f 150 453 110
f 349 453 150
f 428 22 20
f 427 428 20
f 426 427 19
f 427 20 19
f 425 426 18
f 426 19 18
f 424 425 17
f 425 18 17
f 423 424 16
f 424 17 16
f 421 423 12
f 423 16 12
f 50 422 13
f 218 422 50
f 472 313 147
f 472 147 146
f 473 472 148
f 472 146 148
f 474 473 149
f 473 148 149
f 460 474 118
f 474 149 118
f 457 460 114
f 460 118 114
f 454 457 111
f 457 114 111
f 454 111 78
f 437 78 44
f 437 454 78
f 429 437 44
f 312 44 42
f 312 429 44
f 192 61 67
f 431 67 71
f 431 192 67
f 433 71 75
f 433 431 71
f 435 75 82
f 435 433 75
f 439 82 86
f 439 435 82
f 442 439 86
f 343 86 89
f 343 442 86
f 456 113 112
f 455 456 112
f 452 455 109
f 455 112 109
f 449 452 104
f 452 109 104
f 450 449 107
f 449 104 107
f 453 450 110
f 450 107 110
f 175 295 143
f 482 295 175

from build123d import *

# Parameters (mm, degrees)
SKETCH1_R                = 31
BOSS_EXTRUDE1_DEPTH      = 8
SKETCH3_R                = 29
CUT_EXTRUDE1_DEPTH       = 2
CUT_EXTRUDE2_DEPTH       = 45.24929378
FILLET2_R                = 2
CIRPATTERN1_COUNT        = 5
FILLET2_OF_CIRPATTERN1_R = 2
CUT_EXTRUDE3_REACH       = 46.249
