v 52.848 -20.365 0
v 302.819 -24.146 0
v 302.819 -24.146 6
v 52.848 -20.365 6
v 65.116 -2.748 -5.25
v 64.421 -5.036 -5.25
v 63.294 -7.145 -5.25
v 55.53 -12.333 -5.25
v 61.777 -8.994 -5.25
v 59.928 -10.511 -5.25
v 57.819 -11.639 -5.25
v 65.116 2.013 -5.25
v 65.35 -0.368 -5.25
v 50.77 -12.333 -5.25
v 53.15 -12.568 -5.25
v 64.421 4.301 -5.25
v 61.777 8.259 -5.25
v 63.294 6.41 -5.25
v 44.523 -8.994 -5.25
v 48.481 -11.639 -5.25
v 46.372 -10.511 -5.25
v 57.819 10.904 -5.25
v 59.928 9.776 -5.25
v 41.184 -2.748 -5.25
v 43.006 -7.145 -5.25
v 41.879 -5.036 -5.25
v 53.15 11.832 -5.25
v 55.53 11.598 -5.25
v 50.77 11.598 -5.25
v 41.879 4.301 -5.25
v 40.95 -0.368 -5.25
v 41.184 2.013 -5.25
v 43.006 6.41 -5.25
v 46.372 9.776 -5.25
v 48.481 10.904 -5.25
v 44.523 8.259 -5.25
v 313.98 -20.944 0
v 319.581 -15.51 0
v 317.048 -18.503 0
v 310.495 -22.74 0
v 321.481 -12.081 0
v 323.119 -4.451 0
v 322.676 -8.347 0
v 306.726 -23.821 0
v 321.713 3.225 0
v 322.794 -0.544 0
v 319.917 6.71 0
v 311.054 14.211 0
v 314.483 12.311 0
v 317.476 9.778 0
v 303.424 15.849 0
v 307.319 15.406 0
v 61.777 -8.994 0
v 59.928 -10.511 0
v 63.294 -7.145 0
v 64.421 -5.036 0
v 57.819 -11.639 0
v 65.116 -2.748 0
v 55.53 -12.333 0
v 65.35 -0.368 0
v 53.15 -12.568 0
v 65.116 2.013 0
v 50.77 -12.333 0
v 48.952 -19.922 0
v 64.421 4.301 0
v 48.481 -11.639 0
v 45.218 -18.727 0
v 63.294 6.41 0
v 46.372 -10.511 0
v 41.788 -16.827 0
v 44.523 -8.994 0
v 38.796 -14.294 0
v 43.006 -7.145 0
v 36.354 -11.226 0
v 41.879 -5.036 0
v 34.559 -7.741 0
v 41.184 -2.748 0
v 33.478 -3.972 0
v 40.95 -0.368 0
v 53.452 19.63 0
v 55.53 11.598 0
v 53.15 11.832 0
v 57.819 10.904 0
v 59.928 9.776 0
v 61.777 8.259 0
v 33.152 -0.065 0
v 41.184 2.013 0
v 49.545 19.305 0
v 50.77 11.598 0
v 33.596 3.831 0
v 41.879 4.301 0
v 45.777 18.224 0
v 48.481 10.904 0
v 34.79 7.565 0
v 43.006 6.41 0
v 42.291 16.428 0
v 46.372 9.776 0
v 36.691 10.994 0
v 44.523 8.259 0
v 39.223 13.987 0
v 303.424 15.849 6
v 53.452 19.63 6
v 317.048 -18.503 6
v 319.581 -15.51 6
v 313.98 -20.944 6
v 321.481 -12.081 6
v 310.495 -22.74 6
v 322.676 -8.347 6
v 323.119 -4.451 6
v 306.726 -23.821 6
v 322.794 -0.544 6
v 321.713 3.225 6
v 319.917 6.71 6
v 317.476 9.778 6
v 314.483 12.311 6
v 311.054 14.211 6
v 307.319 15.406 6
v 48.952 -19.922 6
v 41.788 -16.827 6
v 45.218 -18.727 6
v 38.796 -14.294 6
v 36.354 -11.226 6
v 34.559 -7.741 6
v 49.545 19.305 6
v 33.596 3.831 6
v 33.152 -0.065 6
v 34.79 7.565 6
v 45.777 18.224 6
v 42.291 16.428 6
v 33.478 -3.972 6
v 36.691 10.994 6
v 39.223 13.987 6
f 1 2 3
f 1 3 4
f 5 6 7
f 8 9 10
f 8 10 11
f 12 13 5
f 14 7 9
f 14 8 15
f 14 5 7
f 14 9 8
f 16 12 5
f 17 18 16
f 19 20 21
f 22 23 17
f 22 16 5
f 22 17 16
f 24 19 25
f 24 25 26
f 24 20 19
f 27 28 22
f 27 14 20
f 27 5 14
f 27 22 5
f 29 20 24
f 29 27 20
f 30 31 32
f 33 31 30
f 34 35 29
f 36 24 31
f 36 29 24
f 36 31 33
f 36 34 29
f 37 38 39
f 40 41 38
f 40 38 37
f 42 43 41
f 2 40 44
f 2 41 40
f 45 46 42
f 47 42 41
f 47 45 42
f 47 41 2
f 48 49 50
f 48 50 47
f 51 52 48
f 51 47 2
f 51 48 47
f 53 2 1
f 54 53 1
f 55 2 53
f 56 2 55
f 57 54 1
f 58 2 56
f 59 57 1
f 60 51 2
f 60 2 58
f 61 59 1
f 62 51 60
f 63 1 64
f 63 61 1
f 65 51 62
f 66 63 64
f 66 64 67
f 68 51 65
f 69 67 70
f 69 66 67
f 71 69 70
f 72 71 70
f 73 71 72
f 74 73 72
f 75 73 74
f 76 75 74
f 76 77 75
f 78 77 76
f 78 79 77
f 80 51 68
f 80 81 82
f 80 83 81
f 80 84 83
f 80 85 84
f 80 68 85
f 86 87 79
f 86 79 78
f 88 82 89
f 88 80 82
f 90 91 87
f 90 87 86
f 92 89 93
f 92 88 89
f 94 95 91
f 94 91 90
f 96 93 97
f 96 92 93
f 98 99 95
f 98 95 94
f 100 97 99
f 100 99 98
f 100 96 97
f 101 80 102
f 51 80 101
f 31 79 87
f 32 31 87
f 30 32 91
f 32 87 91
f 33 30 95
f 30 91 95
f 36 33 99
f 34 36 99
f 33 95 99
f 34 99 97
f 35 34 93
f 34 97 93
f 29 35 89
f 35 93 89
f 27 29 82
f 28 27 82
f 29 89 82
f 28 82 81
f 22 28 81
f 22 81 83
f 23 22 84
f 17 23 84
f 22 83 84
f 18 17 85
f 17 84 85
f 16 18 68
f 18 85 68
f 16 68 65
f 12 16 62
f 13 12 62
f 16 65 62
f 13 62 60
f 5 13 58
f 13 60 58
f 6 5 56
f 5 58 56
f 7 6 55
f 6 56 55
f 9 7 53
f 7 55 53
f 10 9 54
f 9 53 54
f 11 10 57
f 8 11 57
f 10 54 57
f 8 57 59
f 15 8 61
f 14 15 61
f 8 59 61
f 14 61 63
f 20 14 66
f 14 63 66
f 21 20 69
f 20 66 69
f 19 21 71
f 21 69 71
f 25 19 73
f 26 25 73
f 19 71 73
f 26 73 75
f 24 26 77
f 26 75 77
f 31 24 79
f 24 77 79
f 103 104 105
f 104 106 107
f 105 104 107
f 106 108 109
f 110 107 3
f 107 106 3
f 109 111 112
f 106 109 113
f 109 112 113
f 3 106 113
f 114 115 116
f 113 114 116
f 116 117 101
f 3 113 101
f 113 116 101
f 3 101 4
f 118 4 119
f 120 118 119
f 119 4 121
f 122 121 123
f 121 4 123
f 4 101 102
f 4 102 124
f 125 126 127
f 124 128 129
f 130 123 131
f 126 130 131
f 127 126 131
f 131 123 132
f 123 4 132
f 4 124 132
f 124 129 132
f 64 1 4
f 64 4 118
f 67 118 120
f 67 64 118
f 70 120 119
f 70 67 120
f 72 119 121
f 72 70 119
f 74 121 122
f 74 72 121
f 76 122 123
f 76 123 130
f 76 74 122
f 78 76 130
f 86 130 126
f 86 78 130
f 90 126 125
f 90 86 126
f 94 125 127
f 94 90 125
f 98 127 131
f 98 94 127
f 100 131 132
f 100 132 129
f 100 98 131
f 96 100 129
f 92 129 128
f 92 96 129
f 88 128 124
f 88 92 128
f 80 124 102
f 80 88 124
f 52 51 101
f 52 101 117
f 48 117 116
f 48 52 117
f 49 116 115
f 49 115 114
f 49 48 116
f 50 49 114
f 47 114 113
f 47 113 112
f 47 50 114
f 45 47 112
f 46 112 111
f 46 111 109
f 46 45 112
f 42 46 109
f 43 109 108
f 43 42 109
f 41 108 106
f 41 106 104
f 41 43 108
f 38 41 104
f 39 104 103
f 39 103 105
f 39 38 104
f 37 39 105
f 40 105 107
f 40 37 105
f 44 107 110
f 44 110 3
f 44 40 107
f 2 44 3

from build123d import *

# Parameters (mm, degrees)
BOSS_EXTRUDE1_DEPTH = 6
SKETCH2_R           = 12.2
BOSS_EXTRUDE2_DEPTH = 5.25


with BuildPart() as part:
    # Sketch1 → Boss-Extrude1 (new body)
    with BuildSketch(Plane.XY):
        with BuildLine():
            Line((53.452478751, 19.630204959), (303.423888155, 15.84917852))
            ThreePointArc((303.423888155, 15.84917852), (323.119118527, -4.451016075), (302.818923933, -24.146246447))
            Line((302.818923933, -24.146246447), (52.847514529, -20.365220008))
            ThreePointArc((52.847514529, -20.365220008), (33.152284157, -0.065025413), (53.452478751, 19.630204959))
        make_face()
    extrude(amount=BOSS_EXTRUDE1_DEPTH)

    # Sketch2 → Boss-Extrude2 (add)
    with BuildSketch(Plane(origin=(0, 0, 0), x_dir=(-1, 0, 0), z_dir=(0, 0, -1))):
        with Locations((-53.14999664, -0.367507524)):
            Circle(SKETCH2_R)
    extrude(amount=BOSS_EXTRUDE2_DEPTH)


solid = part.part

________

## [Problem]
Please return only the lines above, starting at the line that has "v 53.15 -12.568 -5.25" and ending at the line that has "v 33.478 -3.972 0", keeping both and leaving each one unchanged.

## [Written solution]
v 53.15 -12.568 -5.25
v 64.421 4.301 -5.25
v 61.777 8.259 -5.25
v 63.294 6.41 -5.25
v 44.523 -8.994 -5.25
v 48.481 -11.639 -5.25
v 46.372 -10.511 -5.25
v 57.819 10.904 -5.25
v 59.928 9.776 -5.25
v 41.184 -2.748 -5.25
v 43.006 -7.145 -5.25
v 41.879 -5.036 -5.25
v 53.15 11.832 -5.25
v 55.53 11.598 -5.25
v 50.77 11.598 -5.25
v 41.879 4.301 -5.25
v 40.95 -0.368 -5.25
v 41.184 2.013 -5.25
v 43.006 6.41 -5.25
v 46.372 9.776 -5.25
v 48.481 10.904 -5.25
v 44.523 8.259 -5.25
v 313.98 -20.944 0
v 319.581 -15.51 0
v 317.048 -18.503 0
v 310.495 -22.74 0
v 321.481 -12.081 0
v 323.119 -4.451 0
v 322.676 -8.347 0
v 306.726 -23.821 0
v 321.713 3.225 0
v 322.794 -0.544 0
v 319.917 6.71 0
v 311.054 14.211 0
v 314.483 12.311 0
v 317.476 9.778 0
v 303.424 15.849 0
v 307.319 15.406 0
v 61.777 -8.994 0
v 59.928 -10.511 0
v 63.294 -7.145 0
v 64.421 -5.036 0
v 57.819 -11.639 0
v 65.116 -2.748 0
v 55.53 -12.333 0
v 65.35 -0.368 0
v 53.15 -12.568 0
v 65.116 2.013 0
v 50.77 -12.333 0
v 48.952 -19.922 0
v 64.421 4.301 0
v 48.481 -11.639 0
v 45.218 -18.727 0
v 63.294 6.41 0
v 46.372 -10.511 0
v 41.788 -16.827 0
v 44.523 -8.994 0
v 38.796 -14.294 0
v 43.006 -7.145 0
v 36.354 -11.226 0
v 41.879 -5.036 0
v 34.559 -7.741 0
v 41.184 -2.748 0
v 33.478 -3.972 0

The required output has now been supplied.